Just because there are some bloggers that have closed comments doesn't mean that yours needs to be closed.
However, if you "live" for comments and are elated with many and crushed by none, then perhaps you will feel a gentle tap on your spirit to close them and practice letting your work be done, in faithfulness, to God alone.
There are bloggers that struggle with commenting back. Are you worried what "they" will think of you in your silence? Perhaps the Lord will direct you to leave comments open so you can practice responding to the comments He leads you to and letting go of a misplaced sense of responsibility for the rest.
Want to know the funny thing about this "comment" thing? On my Pause and Ponder site, I have enabled the "comments" field. I have checked and re-checked. I know my way around Blogger like the back of my hand. Yet, when on the "Home" page, the comments field isn't visible. It shows up in any individual post, but even then, it's not obvious.
God knows, and He is faithful, to guard my little approval-seeking heart.
He is gently, yet purposefully, leading me to follow Him in faith, regardless if I receive human affirmation or not.
Why? Because He knows that when I trust or hope in people I will be disappointed. Disappointment easily becomes irritation and irritation, well, let's just say it doesn't lead to love.
God wants me to grow in love for the people that He loves so very, very much.
I took myself off Facebook for a season, because it was a stumbling block for me. I found myself being irritated and judgmental of people... simple sinners like myself.
In my time away, I asked Him to do a work in my heart... make it more like His.
I keep my newsfeed list very small. I only see the posts of those that encourage me, make me laugh, or share useful information. But, I don't "Un-Friend" those that think differently or live differently. I hope and I pray that my life, should they choose to read about it, will see a glimmer of His life in me and be drawn to Him.
I blog when I can about what I can... by His leading and with His counsel.
Is the majority of my time spent taking care of the family God has given me? Yes.
Are there times, however, when He leads me to minister to someone through an email and my children have to wait? Yes.
Yes, but it isn't very often and it is always bathed with peace.

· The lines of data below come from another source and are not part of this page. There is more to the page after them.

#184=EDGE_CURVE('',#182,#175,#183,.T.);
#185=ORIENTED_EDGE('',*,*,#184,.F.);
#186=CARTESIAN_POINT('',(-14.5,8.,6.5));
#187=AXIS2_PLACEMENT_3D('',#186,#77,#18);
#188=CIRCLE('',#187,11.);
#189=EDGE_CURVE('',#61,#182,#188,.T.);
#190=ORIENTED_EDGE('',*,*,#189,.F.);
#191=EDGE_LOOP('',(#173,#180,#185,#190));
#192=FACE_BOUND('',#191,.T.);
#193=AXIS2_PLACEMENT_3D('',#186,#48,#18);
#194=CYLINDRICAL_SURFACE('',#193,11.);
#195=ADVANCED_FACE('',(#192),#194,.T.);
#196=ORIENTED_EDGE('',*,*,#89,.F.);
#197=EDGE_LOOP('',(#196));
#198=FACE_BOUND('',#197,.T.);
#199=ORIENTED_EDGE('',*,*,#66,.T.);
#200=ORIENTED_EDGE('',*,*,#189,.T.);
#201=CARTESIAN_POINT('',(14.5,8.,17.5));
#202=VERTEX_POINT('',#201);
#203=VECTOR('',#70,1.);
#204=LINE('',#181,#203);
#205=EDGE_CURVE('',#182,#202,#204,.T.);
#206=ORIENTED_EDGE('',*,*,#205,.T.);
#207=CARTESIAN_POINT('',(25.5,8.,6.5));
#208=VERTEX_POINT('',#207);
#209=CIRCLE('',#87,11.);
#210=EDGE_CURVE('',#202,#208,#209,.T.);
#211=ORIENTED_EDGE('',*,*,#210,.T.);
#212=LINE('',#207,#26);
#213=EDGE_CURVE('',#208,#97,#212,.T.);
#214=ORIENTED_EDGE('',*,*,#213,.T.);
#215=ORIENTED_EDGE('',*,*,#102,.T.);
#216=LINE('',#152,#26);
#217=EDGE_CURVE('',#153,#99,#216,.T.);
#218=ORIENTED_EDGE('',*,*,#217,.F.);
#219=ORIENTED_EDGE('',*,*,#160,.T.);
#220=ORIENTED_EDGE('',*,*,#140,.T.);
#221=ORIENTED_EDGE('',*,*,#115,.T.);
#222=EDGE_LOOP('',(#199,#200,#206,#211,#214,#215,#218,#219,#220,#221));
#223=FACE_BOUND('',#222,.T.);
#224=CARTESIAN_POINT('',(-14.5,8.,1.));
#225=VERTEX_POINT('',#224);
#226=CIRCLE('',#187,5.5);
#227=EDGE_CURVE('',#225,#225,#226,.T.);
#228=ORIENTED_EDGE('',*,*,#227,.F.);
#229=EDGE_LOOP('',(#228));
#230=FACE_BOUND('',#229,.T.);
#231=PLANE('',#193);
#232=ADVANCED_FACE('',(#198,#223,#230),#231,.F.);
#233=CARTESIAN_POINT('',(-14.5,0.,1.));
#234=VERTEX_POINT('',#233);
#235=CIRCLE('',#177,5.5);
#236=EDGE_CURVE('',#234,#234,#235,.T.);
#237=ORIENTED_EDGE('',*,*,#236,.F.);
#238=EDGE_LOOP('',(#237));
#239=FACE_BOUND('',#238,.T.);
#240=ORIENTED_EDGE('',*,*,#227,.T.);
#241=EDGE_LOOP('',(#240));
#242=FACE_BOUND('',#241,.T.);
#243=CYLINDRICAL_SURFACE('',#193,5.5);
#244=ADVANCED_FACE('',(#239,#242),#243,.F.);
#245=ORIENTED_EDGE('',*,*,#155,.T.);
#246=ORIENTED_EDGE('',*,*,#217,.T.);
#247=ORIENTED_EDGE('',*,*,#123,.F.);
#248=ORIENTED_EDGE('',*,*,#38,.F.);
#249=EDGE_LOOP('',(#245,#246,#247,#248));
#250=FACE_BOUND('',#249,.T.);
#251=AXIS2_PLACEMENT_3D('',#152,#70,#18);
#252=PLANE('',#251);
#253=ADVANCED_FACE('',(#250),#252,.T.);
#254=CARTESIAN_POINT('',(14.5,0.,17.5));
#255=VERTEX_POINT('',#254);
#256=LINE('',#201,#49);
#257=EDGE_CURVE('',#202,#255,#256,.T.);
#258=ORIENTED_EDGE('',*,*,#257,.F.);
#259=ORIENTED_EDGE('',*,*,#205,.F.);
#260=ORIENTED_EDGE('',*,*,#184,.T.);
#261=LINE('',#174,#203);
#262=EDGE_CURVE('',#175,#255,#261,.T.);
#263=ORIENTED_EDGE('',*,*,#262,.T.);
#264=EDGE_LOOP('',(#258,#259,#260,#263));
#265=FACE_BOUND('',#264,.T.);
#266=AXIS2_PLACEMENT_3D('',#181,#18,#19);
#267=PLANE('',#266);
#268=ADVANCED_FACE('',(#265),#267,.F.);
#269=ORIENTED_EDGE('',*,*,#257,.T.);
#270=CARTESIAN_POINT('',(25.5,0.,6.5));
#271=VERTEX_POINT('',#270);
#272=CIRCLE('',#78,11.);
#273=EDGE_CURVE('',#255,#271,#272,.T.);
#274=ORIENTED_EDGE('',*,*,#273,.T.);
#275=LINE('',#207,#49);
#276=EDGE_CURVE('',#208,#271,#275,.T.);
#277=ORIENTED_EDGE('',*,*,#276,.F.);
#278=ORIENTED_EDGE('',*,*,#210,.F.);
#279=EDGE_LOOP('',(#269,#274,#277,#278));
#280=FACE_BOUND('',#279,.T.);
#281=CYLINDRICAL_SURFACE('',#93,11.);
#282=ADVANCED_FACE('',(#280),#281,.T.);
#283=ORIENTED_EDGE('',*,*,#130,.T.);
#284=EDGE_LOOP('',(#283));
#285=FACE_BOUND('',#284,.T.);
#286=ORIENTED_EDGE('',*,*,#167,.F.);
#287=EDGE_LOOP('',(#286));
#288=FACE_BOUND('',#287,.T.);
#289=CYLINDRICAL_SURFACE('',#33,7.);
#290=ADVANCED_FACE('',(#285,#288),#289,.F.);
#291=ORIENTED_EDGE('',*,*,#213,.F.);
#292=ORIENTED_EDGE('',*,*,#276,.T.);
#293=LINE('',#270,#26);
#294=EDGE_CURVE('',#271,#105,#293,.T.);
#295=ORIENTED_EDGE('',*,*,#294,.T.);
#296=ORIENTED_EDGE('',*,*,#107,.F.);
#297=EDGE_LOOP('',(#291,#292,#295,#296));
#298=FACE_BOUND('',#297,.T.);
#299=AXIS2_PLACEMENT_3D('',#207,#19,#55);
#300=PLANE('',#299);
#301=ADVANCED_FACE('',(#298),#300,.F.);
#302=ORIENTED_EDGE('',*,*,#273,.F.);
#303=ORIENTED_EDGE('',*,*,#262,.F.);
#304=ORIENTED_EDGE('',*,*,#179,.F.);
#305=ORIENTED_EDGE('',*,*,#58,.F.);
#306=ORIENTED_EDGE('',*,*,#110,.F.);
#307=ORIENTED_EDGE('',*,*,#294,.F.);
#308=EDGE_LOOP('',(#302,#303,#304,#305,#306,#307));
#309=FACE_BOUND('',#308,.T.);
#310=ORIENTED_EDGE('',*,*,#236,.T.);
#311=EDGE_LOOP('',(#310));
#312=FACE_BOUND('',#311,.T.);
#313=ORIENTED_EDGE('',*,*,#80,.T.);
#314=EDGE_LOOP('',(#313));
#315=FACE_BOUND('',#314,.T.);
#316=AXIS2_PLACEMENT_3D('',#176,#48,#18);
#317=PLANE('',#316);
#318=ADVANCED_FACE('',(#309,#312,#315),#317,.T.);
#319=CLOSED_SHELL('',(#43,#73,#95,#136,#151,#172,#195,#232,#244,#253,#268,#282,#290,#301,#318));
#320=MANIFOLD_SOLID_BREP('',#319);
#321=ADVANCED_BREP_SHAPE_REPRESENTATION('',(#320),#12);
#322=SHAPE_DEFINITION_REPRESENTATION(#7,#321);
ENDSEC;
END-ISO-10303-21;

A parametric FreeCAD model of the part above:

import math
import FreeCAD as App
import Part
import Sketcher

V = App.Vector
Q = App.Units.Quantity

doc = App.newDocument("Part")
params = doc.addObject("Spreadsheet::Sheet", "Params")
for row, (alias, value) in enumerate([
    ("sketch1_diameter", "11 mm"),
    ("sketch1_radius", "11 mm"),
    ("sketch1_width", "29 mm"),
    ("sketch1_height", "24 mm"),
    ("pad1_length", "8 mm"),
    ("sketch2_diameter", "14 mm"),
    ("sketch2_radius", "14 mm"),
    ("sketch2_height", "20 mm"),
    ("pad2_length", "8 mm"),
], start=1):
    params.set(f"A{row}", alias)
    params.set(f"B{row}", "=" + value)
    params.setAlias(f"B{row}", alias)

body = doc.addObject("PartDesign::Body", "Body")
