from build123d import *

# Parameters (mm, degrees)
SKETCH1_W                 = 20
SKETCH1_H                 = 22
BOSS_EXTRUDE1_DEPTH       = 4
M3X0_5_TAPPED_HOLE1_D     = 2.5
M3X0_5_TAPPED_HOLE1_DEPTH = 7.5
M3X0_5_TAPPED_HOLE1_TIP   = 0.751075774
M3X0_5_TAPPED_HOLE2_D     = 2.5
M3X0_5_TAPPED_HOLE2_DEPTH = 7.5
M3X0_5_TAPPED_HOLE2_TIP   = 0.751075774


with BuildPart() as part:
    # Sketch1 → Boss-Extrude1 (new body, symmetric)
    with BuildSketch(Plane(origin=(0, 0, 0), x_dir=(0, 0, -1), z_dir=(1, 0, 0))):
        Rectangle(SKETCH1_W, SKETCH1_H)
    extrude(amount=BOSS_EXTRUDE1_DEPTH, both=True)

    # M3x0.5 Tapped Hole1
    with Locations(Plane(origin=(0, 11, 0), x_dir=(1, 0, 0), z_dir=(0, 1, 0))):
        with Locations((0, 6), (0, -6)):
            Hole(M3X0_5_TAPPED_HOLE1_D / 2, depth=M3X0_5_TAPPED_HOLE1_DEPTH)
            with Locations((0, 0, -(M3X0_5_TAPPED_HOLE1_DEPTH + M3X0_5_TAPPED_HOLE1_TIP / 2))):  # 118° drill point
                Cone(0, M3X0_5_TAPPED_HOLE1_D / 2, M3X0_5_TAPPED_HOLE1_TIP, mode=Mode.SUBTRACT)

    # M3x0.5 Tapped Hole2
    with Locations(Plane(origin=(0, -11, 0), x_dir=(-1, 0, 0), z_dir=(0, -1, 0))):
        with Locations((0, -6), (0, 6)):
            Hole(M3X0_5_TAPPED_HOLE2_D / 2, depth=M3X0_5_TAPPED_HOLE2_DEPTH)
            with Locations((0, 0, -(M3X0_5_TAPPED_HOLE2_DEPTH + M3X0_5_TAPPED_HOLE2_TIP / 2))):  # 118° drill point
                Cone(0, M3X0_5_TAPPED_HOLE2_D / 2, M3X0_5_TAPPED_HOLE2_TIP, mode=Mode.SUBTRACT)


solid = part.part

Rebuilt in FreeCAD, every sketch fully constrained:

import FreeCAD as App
import Part
import Sketcher
from FreeCAD import Vector

doc = App.newDocument("Part")
body = doc.addObject("PartDesign::Body", "Body")

# Sketch on YZ plane
sketch1 = body.newObject("Sketcher::SketchObject", "Sketch")
sketch1.AttachmentSupport = (doc.getObject("YZ_Plane"), [""])
sketch1.MapMode = "FlatFace"
sketch1.addGeometry(Part.LineSegment(Vector(11, 10, 0), Vector(-11, 10, 0)), False)
sketch1.addGeometry(Part.LineSegment(Vector(-11, 10, 0), Vector(-11, -10, 0)), False)
sketch1.addGeometry(Part.LineSegment(Vector(-11, -10, 0), Vector(11, -10, 0)), False)
sketch1.addGeometry(Part.LineSegment(Vector(11, -10, 0), Vector(11, 10, 0)), False)
sketch1.addConstraint(Sketcher.Constraint("Coincident", 0, 2, 1, 1))
sketch1.addConstraint(Sketcher.Constraint("Coincident", 1, 2, 2, 1))
sketch1.addConstraint(Sketcher.Constraint("Coincident", 2, 2, 3, 1))
sketch1.addConstraint(Sketcher.Constraint("Coincident", 3, 2, 0, 1))
sketch1.addConstraint(Sketcher.Constraint("Horizontal", 0))
sketch1.addConstraint(Sketcher.Constraint("Vertical", 1))
sketch1.addConstraint(Sketcher.Constraint("Horizontal", 2))
sketch1.addConstraint(Sketcher.Constraint("Vertical", 3))
sketch1.addConstraint(Sketcher.Constraint("Symmetric", 0, 2, 2, 2, -1, 1))
sketch1.addConstraint(Sketcher.Constraint("DistanceX", 0, 2, 0, 1, 22.0))
sketch1.addConstraint(Sketcher.Constraint("DistanceY", 1, 2, 1, 1, 20.0))
pad1 = body.newObject("PartDesign::Pad", "Pad")
pad1.Profile = sketch1
pad1.Length = 8
pad1.Midplane = True

# Sketch on XZ plane
sketch2 = body.newObject("Sketcher::SketchObject", "Sketch001")
sketch2.AttachmentSupport = (doc.getObject("XZ_Plane"), [""])
sketch2.MapMode = "FlatFace"
sketch2.AttachmentOffset = App.Placement(Vector(0, 0, -11), App.Rotation())
sketch2.addGeometry(Part.Circle(Vector(0, -6, 0), Vector(0, 0, 1), 1.2), False)
sketch2.addGeometry(Part.Circle(Vector(0, 6, 0), Vector(0, 0, 1), 1.2), False)
sketch2.addConstraint(Sketcher.Constraint("Equal", 0, 1))
sketch2.addConstraint(Sketcher.Constraint("Symmetric", 0, 3, 1, 3, -1, 1))
sketch2.addConstraint(Sketcher.Constraint("PointOnObject", 0, 3, -2))
sketch2.addConstraint(Sketcher.Constraint("Diameter", 0, 2.5))
sketch2.addConstraint(Sketcher.Constraint("DistanceY", 0, 3, -1, 1, 6.0))
doc.recompute()
hole = body.newObject("PartDesign::Hole", "Hole")
hole.Profile = sketch2
hole.ThreadType = "None"
hole.Diameter = 2.5
hole.DepthType = "Dimension"
hole.Depth = 7.5
hole.DrillPoint = "Angled"
hole.DrillPointAngle = 118
hole.Reversed = True

# Sketch on XZ plane
sketch3 = body.newObject("Sketcher::SketchObject", "Sketch002")
sketch3.AttachmentSupport = (doc.getObject("XZ_Plane"), [""])
sketch3.MapMode = "FlatFace"
sketch3.AttachmentOffset = App.Placement(Vector(0, 0, 11), App.Rotation())
sketch3.addGeometry(Part.Circle(Vector(0, 6, 0), Vector(0, 0, 1), 1.2), False)
sketch3.addGeometry(Part.Circle(Vector(0, -6, 0), Vector(0, 0, 1), 1.2), False)
sketch3.addConstraint(Sketcher.Constraint("Equal", 0, 1))
sketch3.addConstraint(Sketcher.Constraint("Symmetric", 0, 3, 1, 3, -1, 1))
sketch3.addConstraint(Sketcher.Constraint("PointOnObject", 0, 3, -2))
sketch3.addConstraint(Sketcher.Constraint("Diameter", 0, 2.5))
sketch3.addConstraint(Sketcher.Constraint("DistanceY", -1, 1, 0, 3, 6.0))
doc.recompute()
hole2 = body.newObject("PartDesign::Hole", "Hole001")
hole2.Profile = sketch3
hole2.ThreadType = "None"
hole2.Diameter = 2.5
hole2.DepthType = "Dimension"
hole2.Depth = 7.5
hole2.DrillPoint = "Angled"
hole2.DrillPointAngle = 118

doc.recompute()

I can peacefully and honestly say that I am tending to something important and that I will be with them shortly.
When I am serving the "computer" and my flesh and I'm out of line, an "interruption" by my children is met with a grumbled, grouchy, "What?"
Then, I am convicted... not condemned.
I am reminded...
For you, brethren, have been called to liberty;
do not use liberty as an opportunity for the flesh,
I practice once more walking by His leading, taking His hands, marked permanently by His love and forgiveness, and allowing Him to lead me...
and towards Him.
I pray for myself and all my sisters that we would hear Your voice and allow You to lead us. Give us wisdom in all things and grow us in Your love. Thank You for not leaving us to "try and find balance" in our own effort, strength, and mind. Thank You that You instead led us and simply ask us to follow You. May we do us in humbleness of heart and, by faith, covered by Your blood.